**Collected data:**
§

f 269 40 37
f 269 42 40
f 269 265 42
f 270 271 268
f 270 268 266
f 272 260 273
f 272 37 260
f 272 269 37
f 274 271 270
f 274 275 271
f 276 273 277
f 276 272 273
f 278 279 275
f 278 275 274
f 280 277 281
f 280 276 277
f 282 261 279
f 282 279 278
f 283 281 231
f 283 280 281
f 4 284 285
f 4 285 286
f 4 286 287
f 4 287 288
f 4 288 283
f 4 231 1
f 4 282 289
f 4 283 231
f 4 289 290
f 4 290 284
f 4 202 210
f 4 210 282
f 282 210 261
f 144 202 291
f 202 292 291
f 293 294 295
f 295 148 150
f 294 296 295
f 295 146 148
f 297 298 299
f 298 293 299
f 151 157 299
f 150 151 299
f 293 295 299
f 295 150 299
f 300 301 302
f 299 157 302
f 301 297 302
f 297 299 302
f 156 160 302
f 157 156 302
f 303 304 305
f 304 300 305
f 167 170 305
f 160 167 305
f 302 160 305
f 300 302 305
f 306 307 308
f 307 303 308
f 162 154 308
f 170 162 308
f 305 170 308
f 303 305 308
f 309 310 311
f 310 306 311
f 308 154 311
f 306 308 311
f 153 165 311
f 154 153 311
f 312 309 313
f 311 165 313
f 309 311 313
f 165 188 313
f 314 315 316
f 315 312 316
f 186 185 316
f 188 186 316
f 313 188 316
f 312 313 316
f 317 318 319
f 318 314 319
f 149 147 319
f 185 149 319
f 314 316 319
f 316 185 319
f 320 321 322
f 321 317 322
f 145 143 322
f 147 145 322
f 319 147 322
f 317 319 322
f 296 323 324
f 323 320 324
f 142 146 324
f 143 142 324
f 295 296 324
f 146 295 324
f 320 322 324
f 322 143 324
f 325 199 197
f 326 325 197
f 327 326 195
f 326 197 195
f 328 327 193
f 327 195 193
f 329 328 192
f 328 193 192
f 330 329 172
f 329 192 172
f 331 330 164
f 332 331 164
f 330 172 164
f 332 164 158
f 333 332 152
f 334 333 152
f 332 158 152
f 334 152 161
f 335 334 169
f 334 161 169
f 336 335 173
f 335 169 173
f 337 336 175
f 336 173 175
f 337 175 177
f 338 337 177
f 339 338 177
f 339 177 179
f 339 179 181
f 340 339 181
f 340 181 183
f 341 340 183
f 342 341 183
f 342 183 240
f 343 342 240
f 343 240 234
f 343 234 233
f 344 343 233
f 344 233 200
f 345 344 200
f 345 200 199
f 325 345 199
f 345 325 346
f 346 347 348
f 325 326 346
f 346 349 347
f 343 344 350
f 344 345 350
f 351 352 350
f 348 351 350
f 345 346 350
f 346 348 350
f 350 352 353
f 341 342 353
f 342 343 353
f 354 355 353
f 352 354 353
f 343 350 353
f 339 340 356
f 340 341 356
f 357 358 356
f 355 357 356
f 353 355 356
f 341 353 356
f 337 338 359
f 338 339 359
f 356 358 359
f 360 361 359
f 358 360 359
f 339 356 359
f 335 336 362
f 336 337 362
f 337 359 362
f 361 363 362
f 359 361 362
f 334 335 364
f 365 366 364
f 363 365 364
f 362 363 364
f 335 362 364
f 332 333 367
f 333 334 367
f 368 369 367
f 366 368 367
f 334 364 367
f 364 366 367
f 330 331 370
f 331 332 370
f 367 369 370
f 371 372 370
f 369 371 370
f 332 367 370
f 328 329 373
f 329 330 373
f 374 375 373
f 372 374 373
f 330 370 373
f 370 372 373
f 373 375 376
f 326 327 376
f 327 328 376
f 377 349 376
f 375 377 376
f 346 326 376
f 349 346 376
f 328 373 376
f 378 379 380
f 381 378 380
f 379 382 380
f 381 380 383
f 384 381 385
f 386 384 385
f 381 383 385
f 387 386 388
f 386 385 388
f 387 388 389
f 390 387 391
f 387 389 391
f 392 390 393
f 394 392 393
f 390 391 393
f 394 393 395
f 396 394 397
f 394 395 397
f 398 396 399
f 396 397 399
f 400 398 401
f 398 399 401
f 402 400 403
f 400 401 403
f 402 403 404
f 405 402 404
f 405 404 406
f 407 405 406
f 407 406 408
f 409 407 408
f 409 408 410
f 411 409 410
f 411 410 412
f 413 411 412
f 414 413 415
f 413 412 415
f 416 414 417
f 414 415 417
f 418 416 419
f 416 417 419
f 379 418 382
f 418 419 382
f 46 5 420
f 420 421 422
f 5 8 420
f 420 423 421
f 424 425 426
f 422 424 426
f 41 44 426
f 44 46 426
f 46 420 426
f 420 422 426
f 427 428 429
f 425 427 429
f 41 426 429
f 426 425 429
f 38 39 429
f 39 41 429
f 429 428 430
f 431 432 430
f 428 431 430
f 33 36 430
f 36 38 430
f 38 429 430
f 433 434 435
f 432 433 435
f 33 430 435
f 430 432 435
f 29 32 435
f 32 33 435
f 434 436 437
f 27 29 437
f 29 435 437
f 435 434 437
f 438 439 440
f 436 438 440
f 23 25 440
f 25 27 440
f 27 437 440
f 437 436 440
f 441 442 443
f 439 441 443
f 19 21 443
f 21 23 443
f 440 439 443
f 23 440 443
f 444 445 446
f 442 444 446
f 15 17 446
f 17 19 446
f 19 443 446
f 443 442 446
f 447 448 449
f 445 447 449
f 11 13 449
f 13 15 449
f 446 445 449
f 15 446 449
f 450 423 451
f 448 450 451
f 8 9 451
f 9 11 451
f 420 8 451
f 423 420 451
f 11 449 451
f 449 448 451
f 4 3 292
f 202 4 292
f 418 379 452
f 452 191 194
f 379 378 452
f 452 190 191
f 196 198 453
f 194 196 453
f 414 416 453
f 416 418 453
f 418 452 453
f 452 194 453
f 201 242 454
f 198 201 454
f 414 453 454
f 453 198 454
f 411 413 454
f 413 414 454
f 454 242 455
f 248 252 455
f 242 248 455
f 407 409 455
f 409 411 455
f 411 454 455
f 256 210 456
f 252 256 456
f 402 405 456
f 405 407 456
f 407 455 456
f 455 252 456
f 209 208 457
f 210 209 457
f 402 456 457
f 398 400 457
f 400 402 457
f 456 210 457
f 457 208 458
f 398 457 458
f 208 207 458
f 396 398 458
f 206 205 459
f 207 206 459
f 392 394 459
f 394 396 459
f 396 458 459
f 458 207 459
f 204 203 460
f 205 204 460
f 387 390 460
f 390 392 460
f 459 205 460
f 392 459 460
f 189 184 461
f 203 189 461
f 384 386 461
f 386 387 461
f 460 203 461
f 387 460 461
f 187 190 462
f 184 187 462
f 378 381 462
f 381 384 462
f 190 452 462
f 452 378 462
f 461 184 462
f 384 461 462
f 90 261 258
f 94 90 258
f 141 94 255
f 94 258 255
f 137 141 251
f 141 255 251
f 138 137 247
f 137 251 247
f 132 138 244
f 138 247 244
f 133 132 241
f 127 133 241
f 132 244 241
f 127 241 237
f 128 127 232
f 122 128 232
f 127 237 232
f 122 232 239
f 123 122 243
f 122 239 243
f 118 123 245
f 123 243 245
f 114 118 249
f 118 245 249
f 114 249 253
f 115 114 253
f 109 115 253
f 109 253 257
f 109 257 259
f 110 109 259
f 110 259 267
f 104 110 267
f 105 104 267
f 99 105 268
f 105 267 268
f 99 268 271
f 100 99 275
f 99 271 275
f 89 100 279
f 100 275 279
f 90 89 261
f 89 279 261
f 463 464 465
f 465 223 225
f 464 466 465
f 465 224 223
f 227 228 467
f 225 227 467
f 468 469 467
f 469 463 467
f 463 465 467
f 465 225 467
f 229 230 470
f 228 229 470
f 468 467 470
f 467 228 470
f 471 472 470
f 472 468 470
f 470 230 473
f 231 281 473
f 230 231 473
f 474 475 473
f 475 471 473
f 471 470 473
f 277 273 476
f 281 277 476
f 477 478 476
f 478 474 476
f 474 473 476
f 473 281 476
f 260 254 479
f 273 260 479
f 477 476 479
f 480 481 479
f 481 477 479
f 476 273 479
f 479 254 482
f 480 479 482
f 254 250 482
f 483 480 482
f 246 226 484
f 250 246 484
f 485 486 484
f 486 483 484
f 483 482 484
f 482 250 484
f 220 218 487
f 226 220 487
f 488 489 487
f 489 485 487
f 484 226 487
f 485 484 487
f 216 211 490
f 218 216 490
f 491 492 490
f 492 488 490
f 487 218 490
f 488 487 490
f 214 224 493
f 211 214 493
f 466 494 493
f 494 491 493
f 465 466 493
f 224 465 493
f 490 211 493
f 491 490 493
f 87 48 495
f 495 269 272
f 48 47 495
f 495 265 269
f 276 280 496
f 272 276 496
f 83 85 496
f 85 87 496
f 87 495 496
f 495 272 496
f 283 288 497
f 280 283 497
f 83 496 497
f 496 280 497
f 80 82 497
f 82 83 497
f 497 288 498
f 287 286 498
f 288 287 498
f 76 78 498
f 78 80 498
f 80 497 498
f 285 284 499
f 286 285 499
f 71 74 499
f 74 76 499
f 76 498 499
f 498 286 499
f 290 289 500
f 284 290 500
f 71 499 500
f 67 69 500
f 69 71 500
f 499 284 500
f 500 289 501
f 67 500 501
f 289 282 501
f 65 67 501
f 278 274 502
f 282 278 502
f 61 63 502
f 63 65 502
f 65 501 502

§

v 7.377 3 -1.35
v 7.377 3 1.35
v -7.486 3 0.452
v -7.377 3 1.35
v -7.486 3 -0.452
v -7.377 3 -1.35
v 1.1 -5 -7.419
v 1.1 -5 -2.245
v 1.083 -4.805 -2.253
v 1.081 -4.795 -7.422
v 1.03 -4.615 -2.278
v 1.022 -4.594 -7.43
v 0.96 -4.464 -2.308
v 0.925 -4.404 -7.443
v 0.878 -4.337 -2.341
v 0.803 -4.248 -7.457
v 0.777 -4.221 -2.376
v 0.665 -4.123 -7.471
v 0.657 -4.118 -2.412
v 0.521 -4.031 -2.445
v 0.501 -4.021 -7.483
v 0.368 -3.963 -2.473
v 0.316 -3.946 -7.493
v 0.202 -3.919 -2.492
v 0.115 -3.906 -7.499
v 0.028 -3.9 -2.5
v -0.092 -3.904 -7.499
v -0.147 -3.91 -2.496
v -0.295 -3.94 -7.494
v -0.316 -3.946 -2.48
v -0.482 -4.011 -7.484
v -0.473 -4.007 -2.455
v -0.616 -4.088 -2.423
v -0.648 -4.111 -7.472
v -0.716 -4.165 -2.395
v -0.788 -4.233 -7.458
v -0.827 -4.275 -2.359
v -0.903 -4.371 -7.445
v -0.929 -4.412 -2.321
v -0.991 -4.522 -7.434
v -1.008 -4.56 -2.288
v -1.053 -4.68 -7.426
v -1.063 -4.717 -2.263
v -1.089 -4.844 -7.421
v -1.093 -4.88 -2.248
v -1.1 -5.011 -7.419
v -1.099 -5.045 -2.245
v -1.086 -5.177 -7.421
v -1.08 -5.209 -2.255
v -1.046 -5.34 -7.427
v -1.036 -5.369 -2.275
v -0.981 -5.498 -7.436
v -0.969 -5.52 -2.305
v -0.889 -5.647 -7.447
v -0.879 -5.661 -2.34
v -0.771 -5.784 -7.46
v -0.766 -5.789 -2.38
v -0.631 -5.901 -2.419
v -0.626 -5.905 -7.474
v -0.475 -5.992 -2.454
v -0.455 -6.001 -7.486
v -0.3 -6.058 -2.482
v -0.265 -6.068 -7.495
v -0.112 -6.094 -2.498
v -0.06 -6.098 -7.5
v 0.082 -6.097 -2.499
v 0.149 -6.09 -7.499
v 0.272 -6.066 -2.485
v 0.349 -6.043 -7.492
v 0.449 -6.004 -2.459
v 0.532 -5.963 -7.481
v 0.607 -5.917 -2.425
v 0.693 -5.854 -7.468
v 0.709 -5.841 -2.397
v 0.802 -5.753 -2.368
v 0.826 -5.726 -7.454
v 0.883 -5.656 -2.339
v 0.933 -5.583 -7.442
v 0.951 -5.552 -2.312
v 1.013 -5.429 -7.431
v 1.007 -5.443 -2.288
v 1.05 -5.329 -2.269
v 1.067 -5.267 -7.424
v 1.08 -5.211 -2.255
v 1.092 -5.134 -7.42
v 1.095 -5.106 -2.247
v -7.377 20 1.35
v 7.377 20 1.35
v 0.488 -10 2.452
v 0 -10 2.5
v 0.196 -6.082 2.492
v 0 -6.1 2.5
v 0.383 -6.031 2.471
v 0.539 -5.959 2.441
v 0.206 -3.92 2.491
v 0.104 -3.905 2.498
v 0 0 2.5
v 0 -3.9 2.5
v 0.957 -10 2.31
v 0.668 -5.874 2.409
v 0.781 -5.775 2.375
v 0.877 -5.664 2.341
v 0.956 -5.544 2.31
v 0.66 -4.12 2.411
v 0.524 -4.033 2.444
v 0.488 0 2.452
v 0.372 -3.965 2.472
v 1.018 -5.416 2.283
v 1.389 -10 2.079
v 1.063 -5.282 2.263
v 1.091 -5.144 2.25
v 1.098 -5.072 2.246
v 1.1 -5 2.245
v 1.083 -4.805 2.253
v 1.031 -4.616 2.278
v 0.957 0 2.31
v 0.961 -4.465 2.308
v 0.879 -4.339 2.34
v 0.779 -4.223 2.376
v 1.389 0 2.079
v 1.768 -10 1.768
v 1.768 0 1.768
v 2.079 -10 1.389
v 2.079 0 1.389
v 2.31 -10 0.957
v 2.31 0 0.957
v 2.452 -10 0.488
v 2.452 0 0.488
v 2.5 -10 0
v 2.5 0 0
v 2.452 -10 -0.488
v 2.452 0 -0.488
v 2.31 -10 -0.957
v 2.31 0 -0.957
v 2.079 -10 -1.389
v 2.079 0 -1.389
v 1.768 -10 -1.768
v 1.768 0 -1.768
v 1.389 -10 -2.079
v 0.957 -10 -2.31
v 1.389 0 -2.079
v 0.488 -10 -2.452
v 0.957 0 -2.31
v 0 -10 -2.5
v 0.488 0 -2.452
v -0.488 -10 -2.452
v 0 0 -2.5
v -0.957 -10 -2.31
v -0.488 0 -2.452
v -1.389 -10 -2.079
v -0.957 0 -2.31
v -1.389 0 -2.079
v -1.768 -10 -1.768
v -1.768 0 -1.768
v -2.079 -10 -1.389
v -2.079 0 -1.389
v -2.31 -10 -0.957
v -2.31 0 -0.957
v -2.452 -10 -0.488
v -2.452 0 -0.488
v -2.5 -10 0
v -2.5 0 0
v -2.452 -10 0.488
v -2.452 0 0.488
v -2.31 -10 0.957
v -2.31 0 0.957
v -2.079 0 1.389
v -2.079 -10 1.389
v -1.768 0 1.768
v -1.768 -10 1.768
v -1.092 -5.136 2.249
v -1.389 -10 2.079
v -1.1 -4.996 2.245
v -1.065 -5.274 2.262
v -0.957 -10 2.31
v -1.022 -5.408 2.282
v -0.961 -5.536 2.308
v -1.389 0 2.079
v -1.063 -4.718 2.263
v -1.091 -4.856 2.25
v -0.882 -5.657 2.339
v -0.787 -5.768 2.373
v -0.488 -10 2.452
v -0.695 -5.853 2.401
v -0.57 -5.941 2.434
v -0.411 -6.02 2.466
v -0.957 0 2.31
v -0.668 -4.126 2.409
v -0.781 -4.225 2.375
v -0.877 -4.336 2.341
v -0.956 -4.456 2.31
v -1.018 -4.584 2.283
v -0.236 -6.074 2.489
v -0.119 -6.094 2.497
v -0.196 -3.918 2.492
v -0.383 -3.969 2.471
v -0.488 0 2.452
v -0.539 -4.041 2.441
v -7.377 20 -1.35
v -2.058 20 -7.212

§

**What you should do:**
Word for word, restate the lines of the data above that fall between the line holding "v 0.781 -5.775 2.375" and the line holding "v -2.452 0 0.488", inclusive, and no other lines.

**Result for this exercise:**
v 0.781 -5.775 2.375
v 0.877 -5.664 2.341
v 0.956 -5.544 2.31
v 0.66 -4.12 2.411
v 0.524 -4.033 2.444
v 0.488 0 2.452
v 0.372 -3.965 2.472
v 1.018 -5.416 2.283
v 1.389 -10 2.079
v 1.063 -5.282 2.263
v 1.091 -5.144 2.25
v 1.098 -5.072 2.246
v 1.1 -5 2.245
v 1.083 -4.805 2.253
v 1.031 -4.616 2.278
v 0.957 0 2.31
v 0.961 -4.465 2.308
v 0.879 -4.339 2.34
v 0.779 -4.223 2.376
v 1.389 0 2.079
v 1.768 -10 1.768
v 1.768 0 1.768
v 2.079 -10 1.389
v 2.079 0 1.389
v 2.31 -10 0.957
v 2.31 0 0.957
v 2.452 -10 0.488
v 2.452 0 0.488
v 2.5 -10 0
v 2.5 0 0
v 2.452 -10 -0.488
v 2.452 0 -0.488
v 2.31 -10 -0.957
v 2.31 0 -0.957
v 2.079 -10 -1.389
v 2.079 0 -1.389
v 1.768 -10 -1.768
v 1.768 0 -1.768
v 1.389 -10 -2.079
v 0.957 -10 -2.31
v 1.389 0 -2.079
v 0.488 -10 -2.452
v 0.957 0 -2.31
v 0 -10 -2.5
v 0.488 0 -2.452
v -0.488 -10 -2.452
v 0 0 -2.5
v -0.957 -10 -2.31
v -0.488 0 -2.452
v -1.389 -10 -2.079
v -0.957 0 -2.31
v -1.389 0 -2.079
v -1.768 -10 -1.768
v -1.768 0 -1.768
v -2.079 -10 -1.389
v -2.079 0 -1.389
v -2.31 -10 -0.957
v -2.31 0 -0.957
v -2.452 -10 -0.488
v -2.452 0 -0.488
v -2.5 -10 0
v -2.5 0 0
v -2.452 -10 0.488
v -2.452 0 0.488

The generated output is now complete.